Depending on the reason behind the cough with ejection, the sports activity should be interrupted or alternative sports performed.

Especially endurance sports strain the body very strong, so should be avoided in coughing with ejection to other sports. All sports that are carried out in a low pulse range are suitable for this. Sports that are performed in high pulse areas, load the body very strong and are therefore not suitable. Going for a walk, yoga, fascia training, quiet cycling are good examples of sports that can be practiced after consultation with the doctor.

Inadequate behavior during a cold or an infection may favor this and also a hitherto unrecognized spread of infection to the heart can be symptomatic and thus dangerous.

Sport for cough and sore throat

If coughing and sore throat occur as part of a cold, this indicates an upper respiratory tract infection. This is not necessarily a reason to renounce the sport, but it also depends on where the sore throat comes from. Mostly, sore throat is caused by an inflamed pharyngeal mucosa, which in turn is triggered by viruses.

Also feared is an infection with a certain strain of bacteria, the streptococci, which can classically lead to white, stippchenähnlichen deposits on the tonsils. This bacterial group can lead to inflammation of the heart when it is carried to heart valve damage and in the context of a rheumatic fever, which should be treated with antibacterial suspected bacterial tonsillitis usually immediately.

For mild pain in the heart, you should listen to your own body and observe the external conditions, for example, the duration of the exercise or the intensity.

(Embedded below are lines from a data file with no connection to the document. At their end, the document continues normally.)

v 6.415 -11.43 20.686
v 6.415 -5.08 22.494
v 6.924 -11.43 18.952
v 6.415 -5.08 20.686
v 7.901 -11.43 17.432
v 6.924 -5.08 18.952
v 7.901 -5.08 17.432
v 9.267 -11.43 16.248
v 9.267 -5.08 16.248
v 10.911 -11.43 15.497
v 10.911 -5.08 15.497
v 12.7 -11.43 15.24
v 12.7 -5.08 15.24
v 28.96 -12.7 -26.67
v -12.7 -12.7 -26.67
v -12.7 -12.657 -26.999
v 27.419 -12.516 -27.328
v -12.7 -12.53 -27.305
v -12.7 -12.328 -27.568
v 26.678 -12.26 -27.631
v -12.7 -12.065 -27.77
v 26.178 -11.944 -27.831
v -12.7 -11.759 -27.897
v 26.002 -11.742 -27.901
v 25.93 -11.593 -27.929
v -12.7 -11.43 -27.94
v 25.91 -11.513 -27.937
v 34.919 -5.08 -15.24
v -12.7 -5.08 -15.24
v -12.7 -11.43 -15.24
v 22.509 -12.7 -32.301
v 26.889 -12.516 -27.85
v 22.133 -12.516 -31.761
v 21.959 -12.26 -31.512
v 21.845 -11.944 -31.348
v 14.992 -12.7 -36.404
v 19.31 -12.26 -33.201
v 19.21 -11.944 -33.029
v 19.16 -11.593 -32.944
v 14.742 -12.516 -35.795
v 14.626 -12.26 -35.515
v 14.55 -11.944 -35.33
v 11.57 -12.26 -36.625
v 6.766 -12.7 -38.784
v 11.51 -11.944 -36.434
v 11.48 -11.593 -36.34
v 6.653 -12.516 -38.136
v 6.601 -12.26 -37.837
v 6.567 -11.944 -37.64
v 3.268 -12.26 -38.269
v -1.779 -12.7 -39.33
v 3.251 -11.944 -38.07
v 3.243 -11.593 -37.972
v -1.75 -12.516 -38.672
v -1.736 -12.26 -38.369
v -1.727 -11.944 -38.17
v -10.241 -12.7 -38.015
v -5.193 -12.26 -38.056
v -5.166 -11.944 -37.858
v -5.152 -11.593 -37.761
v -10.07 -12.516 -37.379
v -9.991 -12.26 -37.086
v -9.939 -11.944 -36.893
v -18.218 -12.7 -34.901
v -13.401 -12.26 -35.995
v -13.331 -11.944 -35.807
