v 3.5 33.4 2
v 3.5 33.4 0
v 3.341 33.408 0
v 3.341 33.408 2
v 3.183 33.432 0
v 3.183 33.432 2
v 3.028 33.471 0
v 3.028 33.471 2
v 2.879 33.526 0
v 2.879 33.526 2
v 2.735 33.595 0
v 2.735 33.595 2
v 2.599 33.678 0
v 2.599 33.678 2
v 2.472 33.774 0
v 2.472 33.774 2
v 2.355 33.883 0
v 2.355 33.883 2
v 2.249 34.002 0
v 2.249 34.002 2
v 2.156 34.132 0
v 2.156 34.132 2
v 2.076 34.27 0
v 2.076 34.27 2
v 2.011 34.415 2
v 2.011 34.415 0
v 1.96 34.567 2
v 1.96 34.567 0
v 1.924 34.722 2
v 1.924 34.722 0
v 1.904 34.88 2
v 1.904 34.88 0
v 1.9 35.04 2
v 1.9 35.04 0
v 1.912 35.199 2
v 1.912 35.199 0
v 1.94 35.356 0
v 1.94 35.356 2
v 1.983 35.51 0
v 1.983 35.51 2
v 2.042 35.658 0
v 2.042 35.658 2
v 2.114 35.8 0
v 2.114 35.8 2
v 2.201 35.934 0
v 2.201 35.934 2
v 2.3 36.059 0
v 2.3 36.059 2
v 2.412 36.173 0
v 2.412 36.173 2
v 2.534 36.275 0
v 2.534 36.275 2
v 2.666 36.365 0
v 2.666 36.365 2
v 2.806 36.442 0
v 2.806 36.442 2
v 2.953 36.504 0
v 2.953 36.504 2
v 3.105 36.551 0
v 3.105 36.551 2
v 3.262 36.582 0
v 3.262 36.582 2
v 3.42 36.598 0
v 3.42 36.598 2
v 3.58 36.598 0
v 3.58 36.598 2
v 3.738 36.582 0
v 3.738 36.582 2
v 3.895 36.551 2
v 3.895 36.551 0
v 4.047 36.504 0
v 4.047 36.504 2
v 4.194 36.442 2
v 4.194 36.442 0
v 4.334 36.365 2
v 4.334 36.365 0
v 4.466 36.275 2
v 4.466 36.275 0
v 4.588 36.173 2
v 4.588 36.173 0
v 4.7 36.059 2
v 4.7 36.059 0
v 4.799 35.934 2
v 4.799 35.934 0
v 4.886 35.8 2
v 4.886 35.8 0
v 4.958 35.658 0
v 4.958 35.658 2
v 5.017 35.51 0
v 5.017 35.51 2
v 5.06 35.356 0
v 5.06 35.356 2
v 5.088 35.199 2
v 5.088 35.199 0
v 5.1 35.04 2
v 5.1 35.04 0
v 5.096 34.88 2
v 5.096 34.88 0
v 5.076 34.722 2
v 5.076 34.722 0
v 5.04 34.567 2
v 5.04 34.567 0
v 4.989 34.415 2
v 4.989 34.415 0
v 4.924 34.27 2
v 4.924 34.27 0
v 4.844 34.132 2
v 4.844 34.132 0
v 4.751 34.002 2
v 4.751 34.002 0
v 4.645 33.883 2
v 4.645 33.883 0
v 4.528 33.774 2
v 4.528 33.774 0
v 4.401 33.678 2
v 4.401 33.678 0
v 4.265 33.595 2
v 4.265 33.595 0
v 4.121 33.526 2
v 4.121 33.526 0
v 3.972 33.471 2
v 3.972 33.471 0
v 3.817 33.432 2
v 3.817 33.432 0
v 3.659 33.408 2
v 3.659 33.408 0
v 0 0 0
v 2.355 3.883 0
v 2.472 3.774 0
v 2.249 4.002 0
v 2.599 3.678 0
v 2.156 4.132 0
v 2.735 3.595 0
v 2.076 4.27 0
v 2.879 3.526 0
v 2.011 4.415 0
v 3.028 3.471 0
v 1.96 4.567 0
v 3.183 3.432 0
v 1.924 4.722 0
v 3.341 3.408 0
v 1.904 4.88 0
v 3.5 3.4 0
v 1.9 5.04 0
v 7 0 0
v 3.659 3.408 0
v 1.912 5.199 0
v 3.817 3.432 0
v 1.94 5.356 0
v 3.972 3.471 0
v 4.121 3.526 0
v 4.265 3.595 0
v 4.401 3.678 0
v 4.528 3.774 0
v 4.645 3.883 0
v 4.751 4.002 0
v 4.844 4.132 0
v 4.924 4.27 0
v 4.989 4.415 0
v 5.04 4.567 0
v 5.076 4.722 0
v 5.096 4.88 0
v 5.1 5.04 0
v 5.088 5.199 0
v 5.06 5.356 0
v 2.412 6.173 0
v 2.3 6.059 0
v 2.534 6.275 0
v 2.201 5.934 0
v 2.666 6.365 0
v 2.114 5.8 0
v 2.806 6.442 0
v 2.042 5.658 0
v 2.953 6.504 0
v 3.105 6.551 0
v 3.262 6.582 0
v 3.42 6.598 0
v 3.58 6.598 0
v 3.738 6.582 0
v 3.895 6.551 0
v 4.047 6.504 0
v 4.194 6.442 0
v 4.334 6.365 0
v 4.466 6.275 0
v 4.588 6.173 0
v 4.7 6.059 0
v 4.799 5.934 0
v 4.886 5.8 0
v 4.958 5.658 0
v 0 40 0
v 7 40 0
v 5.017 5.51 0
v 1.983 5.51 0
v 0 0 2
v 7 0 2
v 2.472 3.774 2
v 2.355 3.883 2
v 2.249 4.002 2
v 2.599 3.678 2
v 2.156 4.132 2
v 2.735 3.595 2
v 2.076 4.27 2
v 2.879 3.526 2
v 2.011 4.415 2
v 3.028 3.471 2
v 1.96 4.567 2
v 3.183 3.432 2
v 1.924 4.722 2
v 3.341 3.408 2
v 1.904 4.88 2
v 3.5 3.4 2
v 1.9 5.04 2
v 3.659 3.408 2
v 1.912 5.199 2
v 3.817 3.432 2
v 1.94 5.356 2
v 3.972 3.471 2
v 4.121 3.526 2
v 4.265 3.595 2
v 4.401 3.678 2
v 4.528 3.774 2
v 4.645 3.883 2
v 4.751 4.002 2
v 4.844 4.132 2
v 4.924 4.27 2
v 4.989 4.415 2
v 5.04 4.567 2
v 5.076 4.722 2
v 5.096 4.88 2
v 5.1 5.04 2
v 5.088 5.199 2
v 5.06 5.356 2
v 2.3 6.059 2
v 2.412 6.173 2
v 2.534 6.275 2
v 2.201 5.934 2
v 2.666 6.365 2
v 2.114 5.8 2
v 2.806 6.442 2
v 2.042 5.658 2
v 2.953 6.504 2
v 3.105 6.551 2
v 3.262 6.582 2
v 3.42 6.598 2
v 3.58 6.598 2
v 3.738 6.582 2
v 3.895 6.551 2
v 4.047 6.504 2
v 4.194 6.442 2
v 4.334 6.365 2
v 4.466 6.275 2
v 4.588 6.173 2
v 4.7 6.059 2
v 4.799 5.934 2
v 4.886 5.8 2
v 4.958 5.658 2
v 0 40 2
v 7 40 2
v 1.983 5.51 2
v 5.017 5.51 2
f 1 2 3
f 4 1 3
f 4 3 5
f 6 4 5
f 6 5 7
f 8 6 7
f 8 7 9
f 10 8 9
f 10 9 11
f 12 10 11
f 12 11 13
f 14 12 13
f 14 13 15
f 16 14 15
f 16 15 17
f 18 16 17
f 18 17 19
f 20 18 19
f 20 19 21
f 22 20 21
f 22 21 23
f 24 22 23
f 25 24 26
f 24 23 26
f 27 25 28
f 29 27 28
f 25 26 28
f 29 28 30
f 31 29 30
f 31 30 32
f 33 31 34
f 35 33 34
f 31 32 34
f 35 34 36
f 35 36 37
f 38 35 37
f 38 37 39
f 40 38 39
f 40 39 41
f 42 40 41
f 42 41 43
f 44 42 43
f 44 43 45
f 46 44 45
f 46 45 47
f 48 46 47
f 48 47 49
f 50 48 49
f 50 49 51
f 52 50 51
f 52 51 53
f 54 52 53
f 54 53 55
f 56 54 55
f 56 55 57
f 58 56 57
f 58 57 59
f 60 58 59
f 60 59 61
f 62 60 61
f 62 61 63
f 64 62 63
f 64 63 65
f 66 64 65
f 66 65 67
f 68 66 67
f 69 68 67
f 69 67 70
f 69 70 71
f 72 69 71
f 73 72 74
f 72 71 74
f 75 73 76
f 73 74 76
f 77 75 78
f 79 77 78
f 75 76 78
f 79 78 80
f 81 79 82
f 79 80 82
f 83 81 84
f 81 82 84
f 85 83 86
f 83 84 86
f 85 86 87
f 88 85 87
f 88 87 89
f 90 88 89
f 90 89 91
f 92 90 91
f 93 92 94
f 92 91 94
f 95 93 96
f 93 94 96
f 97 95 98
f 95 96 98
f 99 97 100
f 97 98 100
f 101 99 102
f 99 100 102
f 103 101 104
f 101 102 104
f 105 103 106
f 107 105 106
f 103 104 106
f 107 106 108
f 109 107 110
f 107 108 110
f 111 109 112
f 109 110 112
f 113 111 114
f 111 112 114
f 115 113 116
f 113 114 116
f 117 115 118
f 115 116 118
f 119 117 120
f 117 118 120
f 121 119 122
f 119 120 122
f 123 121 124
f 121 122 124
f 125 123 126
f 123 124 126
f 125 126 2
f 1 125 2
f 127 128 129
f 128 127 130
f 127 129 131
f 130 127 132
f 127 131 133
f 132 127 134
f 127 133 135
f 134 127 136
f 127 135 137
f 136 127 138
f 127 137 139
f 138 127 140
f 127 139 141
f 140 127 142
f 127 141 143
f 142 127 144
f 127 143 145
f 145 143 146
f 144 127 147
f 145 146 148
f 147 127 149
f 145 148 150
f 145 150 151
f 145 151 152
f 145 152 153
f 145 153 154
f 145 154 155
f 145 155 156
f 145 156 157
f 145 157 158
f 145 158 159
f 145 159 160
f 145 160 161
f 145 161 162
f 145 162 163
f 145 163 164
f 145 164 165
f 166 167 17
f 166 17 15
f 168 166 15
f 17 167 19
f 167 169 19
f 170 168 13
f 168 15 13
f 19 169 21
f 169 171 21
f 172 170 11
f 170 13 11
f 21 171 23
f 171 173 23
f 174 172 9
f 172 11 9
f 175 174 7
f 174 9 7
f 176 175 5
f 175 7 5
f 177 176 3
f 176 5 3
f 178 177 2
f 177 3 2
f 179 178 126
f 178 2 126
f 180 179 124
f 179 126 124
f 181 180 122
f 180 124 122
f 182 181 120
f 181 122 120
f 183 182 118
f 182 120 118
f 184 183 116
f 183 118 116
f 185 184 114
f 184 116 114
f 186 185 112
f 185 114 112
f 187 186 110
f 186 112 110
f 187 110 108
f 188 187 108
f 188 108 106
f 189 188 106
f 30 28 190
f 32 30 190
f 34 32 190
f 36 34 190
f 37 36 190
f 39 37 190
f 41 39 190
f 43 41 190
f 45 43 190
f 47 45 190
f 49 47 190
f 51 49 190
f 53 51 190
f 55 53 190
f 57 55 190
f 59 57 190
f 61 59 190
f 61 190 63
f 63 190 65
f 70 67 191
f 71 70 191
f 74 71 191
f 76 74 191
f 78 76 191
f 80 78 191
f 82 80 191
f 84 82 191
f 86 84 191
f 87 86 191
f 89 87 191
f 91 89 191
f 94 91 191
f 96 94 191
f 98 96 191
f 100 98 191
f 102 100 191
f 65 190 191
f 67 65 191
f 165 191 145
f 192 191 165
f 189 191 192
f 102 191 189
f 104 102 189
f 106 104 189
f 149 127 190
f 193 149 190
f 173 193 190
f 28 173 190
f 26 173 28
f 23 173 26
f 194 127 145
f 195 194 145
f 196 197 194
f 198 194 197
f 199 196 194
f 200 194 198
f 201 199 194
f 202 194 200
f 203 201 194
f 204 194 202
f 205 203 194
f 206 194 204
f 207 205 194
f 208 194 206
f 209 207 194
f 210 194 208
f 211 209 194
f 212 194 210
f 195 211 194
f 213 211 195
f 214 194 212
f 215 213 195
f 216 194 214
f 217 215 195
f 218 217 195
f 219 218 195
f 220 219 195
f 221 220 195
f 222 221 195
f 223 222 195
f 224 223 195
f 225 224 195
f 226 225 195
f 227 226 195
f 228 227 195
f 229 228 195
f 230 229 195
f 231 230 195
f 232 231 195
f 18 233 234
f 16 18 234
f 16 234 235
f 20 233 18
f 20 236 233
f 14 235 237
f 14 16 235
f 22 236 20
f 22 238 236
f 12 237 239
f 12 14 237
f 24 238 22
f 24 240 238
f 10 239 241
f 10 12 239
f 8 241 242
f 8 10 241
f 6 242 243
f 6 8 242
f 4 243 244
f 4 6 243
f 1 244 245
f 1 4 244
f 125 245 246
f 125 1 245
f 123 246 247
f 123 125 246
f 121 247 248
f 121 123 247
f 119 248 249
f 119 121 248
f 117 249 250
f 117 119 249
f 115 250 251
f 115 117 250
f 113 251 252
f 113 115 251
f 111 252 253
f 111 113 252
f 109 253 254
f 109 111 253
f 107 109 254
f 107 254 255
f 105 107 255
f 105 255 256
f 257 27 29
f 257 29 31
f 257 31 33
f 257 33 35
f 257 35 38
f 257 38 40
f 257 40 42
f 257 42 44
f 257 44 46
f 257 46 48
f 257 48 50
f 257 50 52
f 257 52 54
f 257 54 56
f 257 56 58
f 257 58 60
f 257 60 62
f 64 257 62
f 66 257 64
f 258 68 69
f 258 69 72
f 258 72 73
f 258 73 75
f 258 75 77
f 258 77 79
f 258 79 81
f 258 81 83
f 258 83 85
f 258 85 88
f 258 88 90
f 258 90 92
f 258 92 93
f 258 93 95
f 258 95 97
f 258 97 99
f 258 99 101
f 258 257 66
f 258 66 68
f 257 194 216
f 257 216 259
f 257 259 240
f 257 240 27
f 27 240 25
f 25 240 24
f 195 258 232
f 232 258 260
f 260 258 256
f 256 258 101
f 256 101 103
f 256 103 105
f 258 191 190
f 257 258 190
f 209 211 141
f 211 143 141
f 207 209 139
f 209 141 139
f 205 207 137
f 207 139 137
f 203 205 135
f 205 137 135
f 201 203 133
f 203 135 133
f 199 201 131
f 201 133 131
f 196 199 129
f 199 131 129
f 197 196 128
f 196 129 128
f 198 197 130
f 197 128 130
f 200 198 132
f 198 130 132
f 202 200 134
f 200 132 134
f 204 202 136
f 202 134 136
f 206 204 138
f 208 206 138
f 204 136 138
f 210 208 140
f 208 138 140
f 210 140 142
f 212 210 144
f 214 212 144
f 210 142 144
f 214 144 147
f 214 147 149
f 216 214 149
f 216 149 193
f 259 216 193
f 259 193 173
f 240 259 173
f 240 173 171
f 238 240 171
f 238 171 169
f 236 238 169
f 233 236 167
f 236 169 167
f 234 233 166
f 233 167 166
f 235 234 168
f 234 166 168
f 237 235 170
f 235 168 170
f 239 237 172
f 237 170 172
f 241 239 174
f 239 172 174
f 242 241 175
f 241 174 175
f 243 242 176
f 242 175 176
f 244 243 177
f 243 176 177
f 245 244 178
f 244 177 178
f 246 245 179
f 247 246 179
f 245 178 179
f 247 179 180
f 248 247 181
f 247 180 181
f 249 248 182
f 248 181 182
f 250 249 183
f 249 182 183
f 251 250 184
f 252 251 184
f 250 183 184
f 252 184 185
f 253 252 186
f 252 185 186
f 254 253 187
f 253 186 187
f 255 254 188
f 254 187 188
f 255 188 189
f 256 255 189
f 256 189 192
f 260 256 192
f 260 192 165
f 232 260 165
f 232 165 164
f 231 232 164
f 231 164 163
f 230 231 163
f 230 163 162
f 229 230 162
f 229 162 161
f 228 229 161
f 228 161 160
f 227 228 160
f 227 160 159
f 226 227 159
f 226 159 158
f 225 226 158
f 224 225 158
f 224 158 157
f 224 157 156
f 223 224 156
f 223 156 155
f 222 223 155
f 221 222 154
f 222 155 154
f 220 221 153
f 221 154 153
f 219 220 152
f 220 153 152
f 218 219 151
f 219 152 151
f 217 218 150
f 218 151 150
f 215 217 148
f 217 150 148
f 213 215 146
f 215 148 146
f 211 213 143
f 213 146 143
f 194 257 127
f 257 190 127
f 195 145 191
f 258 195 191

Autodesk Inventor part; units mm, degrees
ref_plane "YZ Plane" through (0, 0, 0) normal (1, 0, 0) x (0, 1, 0)
ref_plane "XZ Plane" through (0, 0, 0) normal (0, 1, 0) x (-1, 0, 0)
ref_plane "XY Plane" through (0, 0, 0) normal (0, 0, 1) x (1, 0, 0)
sketch "スケッチ1" plane through (0, 0, 0) normal (0, 0, 1) x (1, 0, 0)
  line L0 (0, 0) -> (7, 0)
  line L1 (7, 0) -> (7, 40)
  line L2 (7, 40) -> (0, 40)
  line L3 (0, 40) -> (0, 0)
  dimension "d0" = 7
  dimension "d1" = 40
extrude "押し出し1" add sketch "スケッチ1" along normal blind 2
sketch "スケッチ2" plane through (0, 0, 2) normal (0, 0, 1) x (1, 0, 0)
  line L0 (7, 0) -> (7, 40) projected
  line L1 (7, 40) -> (0, 40) projected
  line L2 (0, 0) -> (7, 0) projected
  point P0 (3.5, 35)
  point P1 (3.5, 5)
  dimension "d4" = 3.5
  dimension "d5" = 5
  dimension "d6" = 3.5
  dimension "d7" = 5
hole "穴1" at (3.5, 35, 2) at (3.5, 5, 2) direction (0, 0, -1) diameter 3.2 end through all
sketch "スケッチ3" plane through (0, 0, 2) normal (0, 0, 1) x (1, 0, 0)
  point P0 (0, 0)
properties part number "リンク40×7×2"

However, those who ignore a sore throat and do not have a doctor check it out should be aware of the risk of getting the virus into the bloodstream and thereby affect the heart and kidneys. Avoiding sports for cough and sore throat is therefore recommended as a precautionary measure.

Risk of heart muscle inflammation

Doing sports during a cold, which is sometimes characterized by coughing, does not only mean more physical effort, which is already running at full speed to fight the pathogens, but also a potential health hazard.

Infections of the upper respiratory tract are usually triggered by viruses or bacteria, whereby many potential invaders can also attack the heart as part of a germ transmission. Carryover occurs when either adequate therapy is not initiated in time, or when one does not allow the body the necessary rest it needs to effectively combat the infection.

Coughing while exercising due to overexertion

Coughing while exercising can be in the form of a stimulus cough, whereby it can be in the context of an overexertion, but also independently of it. Cause is often the cold and dry air, which can lead to a hot cough especially when doing sports outdoors.

Normally, the air in the nose is humidified and warmed up before it enters the lung system, but during sports and especially over-exertion, it causes more breathing through the mouth, so that this "preparation" is missing. An overexertion in sports can also trigger a so-called stress asthma, which is associated with cough or irritating cough and especially air shortage.

Cough due to allergy while exercising

Whether the sport is run outdoors or indoors, there may be potential allergens everywhere that can lead to allergic symptoms, even during physical activity.

For example, it is the pollen that causes allergic reactions such as tears and itching of the eyes, running of the nose, sneezing and coughing, and possibly even shortness of breath.

The physical strain that accompanies the sport can exacerbate these symptoms, which can sometimes even lead to the interruption or termination of exercise.